A sensor unit 101 includes a camera (an image capturing unit) that outputs a captured image of a view in front of the vehicle 100 (or views in front of, beside, and behind the vehicle). The sensor unit 101 may further include a light detection and ranging (LiDAR) that outputs a range image obtained by measuring a distance to an object in front of the vehicle (or distances to objects in front of, beside, and behind the vehicle). The sensor unit 101 further includes a camera (an image capturing unit) that is disposed inside the vehicle 100 and captures a driver's face. The captured image of the driver is used, for example, for inference processing of recognizing a target or a state of the target in the model processing unit 114. In addition, the sensor unit 101 may include various sensors that output acceleration, position information, a steering angle, and the like of the vehicle 100.

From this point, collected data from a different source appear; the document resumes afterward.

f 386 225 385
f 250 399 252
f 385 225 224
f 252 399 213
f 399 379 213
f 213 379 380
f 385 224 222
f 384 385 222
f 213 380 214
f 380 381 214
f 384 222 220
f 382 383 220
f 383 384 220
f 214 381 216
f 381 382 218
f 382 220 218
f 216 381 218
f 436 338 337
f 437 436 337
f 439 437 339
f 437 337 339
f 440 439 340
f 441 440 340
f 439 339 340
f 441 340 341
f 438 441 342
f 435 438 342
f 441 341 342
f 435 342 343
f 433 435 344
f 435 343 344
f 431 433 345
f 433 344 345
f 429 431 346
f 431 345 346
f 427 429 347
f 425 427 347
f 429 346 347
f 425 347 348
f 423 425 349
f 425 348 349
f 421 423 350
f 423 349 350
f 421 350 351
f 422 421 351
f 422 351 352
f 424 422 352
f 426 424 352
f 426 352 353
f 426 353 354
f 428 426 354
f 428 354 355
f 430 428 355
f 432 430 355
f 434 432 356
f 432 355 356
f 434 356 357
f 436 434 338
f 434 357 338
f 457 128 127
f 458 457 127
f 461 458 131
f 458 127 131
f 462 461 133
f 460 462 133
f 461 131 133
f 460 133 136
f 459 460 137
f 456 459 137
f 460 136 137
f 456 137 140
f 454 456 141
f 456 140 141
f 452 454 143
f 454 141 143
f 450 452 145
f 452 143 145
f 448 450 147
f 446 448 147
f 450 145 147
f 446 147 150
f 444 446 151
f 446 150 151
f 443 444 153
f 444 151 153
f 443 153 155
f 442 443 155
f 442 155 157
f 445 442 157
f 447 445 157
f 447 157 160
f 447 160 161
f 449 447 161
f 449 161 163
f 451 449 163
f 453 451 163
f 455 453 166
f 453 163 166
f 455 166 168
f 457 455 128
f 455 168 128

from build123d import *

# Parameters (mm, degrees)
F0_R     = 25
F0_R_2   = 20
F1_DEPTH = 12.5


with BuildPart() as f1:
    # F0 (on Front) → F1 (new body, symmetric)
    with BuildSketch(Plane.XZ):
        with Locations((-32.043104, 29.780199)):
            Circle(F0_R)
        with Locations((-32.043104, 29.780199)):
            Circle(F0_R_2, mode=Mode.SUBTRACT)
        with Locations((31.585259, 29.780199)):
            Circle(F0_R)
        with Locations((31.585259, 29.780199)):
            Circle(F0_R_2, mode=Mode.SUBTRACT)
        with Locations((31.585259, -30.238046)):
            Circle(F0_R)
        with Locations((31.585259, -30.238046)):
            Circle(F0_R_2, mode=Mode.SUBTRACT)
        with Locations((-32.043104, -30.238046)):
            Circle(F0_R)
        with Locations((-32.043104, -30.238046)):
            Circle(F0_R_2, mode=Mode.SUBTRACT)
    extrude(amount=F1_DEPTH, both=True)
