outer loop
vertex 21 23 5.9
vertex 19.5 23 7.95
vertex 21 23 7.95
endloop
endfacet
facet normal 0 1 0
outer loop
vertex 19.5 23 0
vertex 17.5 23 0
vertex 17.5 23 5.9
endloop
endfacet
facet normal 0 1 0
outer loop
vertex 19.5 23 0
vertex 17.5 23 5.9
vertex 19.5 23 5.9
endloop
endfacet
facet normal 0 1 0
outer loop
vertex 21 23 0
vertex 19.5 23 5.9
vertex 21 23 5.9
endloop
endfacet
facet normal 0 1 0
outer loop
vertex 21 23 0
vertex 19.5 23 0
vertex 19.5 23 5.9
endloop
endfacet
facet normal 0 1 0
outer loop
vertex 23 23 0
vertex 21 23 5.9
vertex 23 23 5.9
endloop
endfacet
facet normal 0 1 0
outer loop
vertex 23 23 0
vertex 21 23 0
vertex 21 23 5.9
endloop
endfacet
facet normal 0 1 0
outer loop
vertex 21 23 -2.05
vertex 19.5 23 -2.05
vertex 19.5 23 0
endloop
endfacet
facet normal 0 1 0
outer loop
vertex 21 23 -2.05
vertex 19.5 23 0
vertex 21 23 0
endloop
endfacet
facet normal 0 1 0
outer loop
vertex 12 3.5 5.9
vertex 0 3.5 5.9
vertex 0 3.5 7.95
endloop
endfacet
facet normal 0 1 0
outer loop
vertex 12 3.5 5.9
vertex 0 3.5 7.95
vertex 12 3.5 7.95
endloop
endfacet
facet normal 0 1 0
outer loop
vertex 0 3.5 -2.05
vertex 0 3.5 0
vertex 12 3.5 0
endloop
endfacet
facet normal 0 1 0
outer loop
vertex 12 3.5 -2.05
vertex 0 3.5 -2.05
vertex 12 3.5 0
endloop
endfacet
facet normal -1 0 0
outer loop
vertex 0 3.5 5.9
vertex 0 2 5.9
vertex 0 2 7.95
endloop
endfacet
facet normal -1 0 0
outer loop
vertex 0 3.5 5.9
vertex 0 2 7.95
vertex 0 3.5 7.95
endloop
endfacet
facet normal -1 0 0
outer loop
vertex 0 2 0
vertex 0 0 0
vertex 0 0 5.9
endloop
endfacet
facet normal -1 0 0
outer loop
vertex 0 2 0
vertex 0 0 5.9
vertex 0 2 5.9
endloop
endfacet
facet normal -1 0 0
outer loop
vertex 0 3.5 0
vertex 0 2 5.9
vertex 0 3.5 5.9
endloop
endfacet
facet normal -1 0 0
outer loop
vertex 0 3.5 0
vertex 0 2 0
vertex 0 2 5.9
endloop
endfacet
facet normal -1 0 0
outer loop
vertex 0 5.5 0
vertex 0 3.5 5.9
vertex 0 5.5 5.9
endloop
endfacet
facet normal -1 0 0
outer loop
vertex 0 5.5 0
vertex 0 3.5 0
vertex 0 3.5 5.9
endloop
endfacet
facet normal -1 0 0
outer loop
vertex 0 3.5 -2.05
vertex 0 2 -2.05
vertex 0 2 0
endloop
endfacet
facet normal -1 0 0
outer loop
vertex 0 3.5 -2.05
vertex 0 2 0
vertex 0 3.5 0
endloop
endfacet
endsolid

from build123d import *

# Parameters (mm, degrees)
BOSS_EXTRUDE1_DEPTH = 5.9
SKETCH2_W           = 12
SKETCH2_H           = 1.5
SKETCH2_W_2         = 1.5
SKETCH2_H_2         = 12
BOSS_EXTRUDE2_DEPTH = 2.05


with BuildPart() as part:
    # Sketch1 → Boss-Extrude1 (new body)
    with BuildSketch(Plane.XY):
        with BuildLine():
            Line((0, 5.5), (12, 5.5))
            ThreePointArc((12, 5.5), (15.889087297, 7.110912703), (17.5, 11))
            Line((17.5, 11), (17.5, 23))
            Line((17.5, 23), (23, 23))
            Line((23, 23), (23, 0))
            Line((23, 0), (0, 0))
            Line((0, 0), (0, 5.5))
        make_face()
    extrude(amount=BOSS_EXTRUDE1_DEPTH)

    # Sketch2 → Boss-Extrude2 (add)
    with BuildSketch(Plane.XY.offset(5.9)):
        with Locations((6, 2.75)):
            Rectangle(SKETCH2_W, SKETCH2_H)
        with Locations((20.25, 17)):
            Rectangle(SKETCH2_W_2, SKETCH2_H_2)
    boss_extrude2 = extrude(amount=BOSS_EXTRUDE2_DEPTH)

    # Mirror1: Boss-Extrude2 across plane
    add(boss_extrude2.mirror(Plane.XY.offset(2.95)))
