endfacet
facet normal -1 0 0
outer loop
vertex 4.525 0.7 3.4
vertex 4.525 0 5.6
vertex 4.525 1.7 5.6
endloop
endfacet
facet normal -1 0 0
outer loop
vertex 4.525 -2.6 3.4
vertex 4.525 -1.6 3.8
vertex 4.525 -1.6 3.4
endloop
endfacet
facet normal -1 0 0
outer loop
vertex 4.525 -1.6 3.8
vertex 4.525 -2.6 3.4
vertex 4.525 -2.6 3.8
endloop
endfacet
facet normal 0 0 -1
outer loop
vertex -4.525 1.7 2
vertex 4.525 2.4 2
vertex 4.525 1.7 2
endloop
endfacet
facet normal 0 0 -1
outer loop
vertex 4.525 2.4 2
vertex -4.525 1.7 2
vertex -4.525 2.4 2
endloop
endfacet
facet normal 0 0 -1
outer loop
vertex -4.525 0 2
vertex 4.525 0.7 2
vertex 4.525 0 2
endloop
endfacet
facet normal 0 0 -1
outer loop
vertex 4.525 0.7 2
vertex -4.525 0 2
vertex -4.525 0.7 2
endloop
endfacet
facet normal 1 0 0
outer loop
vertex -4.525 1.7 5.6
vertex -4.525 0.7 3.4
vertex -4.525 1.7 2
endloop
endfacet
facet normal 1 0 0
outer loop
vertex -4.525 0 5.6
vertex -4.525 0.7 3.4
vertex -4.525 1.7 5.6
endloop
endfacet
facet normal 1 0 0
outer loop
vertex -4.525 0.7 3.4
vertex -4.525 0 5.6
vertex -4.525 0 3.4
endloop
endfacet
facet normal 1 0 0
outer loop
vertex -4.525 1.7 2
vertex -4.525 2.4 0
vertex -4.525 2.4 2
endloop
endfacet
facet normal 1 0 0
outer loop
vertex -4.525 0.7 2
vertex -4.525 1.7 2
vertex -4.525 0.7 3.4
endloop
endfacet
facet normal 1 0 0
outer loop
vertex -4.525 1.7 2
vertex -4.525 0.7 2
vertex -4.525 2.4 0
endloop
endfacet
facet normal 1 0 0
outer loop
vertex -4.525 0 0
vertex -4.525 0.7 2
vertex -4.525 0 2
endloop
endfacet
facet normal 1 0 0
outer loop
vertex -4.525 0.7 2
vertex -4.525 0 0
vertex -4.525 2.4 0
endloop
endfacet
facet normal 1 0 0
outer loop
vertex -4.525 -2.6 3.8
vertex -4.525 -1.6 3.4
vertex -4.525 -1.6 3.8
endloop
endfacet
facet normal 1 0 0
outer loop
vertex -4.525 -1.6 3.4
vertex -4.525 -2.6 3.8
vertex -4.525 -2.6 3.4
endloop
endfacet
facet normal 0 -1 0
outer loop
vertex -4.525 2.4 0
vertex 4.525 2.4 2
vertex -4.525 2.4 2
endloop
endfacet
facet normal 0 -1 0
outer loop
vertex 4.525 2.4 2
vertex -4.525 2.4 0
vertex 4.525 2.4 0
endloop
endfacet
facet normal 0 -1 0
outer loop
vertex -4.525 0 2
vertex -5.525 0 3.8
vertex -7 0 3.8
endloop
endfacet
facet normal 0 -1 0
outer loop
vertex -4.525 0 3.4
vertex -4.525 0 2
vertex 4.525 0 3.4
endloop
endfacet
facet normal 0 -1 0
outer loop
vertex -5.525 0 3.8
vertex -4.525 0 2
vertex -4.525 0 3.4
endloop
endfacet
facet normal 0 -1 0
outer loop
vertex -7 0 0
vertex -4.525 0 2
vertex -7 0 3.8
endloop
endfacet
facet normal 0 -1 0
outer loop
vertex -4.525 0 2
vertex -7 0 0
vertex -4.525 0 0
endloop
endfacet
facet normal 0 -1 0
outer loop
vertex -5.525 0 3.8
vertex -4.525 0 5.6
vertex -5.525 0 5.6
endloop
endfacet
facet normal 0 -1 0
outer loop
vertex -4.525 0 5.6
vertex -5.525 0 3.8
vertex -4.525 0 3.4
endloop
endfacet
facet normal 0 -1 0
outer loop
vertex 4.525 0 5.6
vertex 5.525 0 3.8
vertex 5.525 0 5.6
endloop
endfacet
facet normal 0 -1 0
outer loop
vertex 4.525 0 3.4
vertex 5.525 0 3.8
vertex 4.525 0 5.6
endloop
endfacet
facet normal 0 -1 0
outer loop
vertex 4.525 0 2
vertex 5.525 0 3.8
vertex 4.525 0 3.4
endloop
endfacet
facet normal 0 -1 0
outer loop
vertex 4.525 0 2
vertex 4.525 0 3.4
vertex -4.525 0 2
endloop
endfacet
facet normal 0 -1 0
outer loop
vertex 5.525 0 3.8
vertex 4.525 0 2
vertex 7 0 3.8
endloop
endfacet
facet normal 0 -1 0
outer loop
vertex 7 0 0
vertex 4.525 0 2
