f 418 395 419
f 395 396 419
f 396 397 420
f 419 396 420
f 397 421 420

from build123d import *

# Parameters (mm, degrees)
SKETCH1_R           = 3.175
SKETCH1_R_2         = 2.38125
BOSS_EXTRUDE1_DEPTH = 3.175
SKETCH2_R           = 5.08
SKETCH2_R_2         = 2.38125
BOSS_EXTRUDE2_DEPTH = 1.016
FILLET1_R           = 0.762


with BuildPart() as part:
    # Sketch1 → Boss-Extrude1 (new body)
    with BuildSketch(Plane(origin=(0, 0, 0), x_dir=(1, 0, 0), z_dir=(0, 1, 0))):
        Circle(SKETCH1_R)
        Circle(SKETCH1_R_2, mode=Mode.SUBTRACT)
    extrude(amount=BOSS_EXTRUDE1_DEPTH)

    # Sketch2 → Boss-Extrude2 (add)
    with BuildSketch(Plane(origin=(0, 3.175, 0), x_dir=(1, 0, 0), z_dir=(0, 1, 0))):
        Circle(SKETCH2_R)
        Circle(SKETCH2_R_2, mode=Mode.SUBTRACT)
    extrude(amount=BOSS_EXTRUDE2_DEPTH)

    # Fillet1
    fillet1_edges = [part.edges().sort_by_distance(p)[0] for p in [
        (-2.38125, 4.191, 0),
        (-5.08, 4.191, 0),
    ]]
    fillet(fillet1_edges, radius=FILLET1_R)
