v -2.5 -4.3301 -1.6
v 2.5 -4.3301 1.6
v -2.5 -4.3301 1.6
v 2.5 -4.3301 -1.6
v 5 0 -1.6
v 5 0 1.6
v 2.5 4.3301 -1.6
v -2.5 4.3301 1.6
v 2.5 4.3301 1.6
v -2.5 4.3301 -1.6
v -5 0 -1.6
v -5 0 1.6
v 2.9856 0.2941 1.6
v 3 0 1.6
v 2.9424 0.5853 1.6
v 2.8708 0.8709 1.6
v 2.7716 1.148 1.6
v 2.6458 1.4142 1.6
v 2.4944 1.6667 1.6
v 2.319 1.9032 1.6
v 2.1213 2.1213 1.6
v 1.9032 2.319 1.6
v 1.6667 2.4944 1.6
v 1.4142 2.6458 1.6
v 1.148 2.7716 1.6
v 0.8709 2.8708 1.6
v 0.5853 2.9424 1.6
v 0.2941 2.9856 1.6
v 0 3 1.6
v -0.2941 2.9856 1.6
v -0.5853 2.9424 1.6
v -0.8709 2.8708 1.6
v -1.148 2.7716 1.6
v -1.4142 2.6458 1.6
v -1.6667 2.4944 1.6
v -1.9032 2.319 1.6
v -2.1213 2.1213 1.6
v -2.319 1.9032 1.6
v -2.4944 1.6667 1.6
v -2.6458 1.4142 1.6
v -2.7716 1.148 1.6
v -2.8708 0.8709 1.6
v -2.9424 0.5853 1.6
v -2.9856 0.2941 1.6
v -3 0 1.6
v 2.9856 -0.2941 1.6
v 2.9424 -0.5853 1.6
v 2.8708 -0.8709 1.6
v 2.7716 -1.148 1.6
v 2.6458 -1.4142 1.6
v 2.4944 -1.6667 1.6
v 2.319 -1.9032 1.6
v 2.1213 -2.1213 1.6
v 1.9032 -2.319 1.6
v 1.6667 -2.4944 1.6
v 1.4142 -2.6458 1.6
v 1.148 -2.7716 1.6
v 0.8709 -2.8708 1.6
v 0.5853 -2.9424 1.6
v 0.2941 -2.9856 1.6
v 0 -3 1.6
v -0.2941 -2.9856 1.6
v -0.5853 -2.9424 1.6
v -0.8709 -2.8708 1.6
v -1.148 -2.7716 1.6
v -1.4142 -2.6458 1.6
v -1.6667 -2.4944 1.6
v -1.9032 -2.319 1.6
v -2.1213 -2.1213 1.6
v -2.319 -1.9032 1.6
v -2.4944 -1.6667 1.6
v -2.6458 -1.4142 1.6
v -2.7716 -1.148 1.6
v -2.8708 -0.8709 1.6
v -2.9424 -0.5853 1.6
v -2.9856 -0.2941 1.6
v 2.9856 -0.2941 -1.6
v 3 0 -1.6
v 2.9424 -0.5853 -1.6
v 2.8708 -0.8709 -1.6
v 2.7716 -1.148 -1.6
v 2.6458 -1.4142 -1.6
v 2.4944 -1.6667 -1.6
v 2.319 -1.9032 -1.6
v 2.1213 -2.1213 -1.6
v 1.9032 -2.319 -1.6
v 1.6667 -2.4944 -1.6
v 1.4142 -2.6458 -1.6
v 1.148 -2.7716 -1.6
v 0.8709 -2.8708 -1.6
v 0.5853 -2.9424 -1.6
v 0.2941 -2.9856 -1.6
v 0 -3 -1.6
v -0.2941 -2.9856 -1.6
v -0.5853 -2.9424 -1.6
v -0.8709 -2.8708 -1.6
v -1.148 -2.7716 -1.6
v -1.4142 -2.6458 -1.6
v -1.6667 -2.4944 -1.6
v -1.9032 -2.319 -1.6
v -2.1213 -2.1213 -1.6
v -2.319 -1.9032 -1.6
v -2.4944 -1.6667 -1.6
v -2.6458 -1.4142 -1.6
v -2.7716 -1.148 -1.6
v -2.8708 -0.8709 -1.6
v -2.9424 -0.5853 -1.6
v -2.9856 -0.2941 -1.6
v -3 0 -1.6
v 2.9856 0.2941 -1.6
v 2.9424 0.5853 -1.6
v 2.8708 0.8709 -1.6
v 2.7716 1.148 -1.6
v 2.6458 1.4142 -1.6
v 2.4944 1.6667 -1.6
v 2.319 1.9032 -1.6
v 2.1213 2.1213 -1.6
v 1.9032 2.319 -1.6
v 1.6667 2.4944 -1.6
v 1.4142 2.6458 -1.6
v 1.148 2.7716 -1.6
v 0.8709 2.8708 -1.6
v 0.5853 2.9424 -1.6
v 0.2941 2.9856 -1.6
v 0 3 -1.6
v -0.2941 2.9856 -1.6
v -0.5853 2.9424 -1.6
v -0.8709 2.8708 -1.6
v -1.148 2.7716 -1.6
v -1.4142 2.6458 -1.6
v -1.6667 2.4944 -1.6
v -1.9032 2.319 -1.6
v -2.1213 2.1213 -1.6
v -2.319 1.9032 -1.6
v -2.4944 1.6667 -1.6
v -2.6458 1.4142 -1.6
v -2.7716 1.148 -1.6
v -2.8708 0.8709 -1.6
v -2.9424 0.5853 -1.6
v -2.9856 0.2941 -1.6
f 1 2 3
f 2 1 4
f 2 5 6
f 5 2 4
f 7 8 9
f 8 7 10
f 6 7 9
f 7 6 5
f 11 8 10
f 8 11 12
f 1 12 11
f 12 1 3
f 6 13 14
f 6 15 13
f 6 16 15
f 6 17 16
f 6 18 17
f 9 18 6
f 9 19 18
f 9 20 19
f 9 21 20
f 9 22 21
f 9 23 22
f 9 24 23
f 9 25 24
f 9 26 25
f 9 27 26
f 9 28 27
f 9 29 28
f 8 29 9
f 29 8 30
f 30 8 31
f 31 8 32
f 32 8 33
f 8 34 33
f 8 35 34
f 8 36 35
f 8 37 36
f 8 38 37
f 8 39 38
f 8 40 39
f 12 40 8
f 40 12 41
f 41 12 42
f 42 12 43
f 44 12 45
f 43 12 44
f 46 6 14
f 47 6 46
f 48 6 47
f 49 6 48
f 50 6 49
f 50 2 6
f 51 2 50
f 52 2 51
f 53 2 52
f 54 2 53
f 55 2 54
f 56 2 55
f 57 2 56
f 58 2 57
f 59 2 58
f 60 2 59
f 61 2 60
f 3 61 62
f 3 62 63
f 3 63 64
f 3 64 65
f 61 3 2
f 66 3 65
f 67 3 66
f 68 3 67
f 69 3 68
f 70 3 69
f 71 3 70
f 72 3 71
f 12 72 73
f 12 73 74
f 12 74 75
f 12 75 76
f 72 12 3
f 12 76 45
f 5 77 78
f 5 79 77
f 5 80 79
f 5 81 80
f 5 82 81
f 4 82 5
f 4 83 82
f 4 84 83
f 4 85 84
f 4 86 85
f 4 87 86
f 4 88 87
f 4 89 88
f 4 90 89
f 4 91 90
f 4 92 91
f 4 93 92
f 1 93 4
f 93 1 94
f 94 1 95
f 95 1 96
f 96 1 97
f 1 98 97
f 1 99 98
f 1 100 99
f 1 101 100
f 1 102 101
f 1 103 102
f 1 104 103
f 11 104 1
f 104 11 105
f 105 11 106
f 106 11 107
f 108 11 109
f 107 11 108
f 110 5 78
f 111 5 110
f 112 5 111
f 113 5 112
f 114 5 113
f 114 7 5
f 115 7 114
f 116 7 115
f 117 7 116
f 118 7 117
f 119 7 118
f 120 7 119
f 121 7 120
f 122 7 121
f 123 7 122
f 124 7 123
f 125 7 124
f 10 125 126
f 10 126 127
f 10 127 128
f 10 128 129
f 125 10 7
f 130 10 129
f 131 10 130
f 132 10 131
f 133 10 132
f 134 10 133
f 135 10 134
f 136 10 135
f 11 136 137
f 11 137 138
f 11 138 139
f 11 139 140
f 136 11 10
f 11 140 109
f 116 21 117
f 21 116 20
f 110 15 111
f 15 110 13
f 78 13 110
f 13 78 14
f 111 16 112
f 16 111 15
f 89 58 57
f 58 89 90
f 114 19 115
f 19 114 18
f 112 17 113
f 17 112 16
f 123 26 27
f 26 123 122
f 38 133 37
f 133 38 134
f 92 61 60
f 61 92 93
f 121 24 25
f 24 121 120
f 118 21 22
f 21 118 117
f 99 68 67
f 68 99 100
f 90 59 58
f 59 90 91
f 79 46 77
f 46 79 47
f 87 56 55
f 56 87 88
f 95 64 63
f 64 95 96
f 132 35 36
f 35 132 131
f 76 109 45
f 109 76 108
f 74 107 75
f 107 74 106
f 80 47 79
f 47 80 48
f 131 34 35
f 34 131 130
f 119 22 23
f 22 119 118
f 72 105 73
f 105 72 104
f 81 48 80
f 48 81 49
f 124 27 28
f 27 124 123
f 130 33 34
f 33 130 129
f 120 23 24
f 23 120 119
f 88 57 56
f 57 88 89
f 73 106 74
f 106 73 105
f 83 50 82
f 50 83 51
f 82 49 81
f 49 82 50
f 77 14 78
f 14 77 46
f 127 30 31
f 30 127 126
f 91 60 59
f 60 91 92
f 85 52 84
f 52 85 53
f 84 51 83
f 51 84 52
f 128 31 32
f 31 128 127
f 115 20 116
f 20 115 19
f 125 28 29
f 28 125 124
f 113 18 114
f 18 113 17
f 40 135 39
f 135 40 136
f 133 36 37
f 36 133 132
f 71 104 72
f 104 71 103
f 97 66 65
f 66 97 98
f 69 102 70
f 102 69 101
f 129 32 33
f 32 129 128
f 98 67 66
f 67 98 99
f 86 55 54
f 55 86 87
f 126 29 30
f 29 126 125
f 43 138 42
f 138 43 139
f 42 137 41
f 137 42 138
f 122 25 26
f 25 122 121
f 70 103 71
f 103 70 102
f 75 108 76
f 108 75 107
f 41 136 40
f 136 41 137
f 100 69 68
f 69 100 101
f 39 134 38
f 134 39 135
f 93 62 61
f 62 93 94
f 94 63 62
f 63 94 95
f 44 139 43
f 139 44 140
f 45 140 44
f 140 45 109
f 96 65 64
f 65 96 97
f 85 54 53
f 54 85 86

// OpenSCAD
// Thin hex nut: 6.0mm through hole, 10.0mm across flats, 3.2mm thick

af = 10.0;          // across flats (mm)
thickness = 3.2;    // nut thickness (mm)
hole_d = 6.0;       // through hole diameter (mm)
clearance = 0.2;    // small clearance for boolean robustness (mm)

module hex_nut(af, thickness, hole_d) {
    difference() {
        // Outer hex prism (across flats controlled by r = af/2 with $fn=6)
        cylinder(h = thickness, r = af/2, $fn = 6, center = true);

        // Central through hole (slightly longer than thickness to guarantee cut-through)
        cylinder(h = thickness + 2*clearance, d = hole_d, center = true, $fn = 64);
    }
}

hex_nut(af, thickness, hole_d);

A communication unit 102 is a communication device including, for example, a communication circuit, and communicates with an information processing server 150, a surrounding transportation system, and the like via mobile communication standardized as, for example, the Long Term Evolution (LTE), LTE-Advanced, or so-called 5G standard. The communication unit 102 acquires trained parameters and the like of a learning model used by the model processing unit 114 from the external information processing server 150. In addition, the communication unit 102 receives a part or all of map data, traffic information, and the like from another information processing server or a surrounding transportation system.
An operation unit 103 includes an operation member such as a button or a touch panel installed in the vehicle 100 and members that receive input for driving the vehicle 100, such as a steering wheel and a brake pedal. A power supply unit 104 includes a battery including, for example, a lithium-ion battery, and supplies electric power to each unit in the vehicle 100. A power unit 105 includes, for example, an engine or a motor that generates power for causing the vehicle to travel.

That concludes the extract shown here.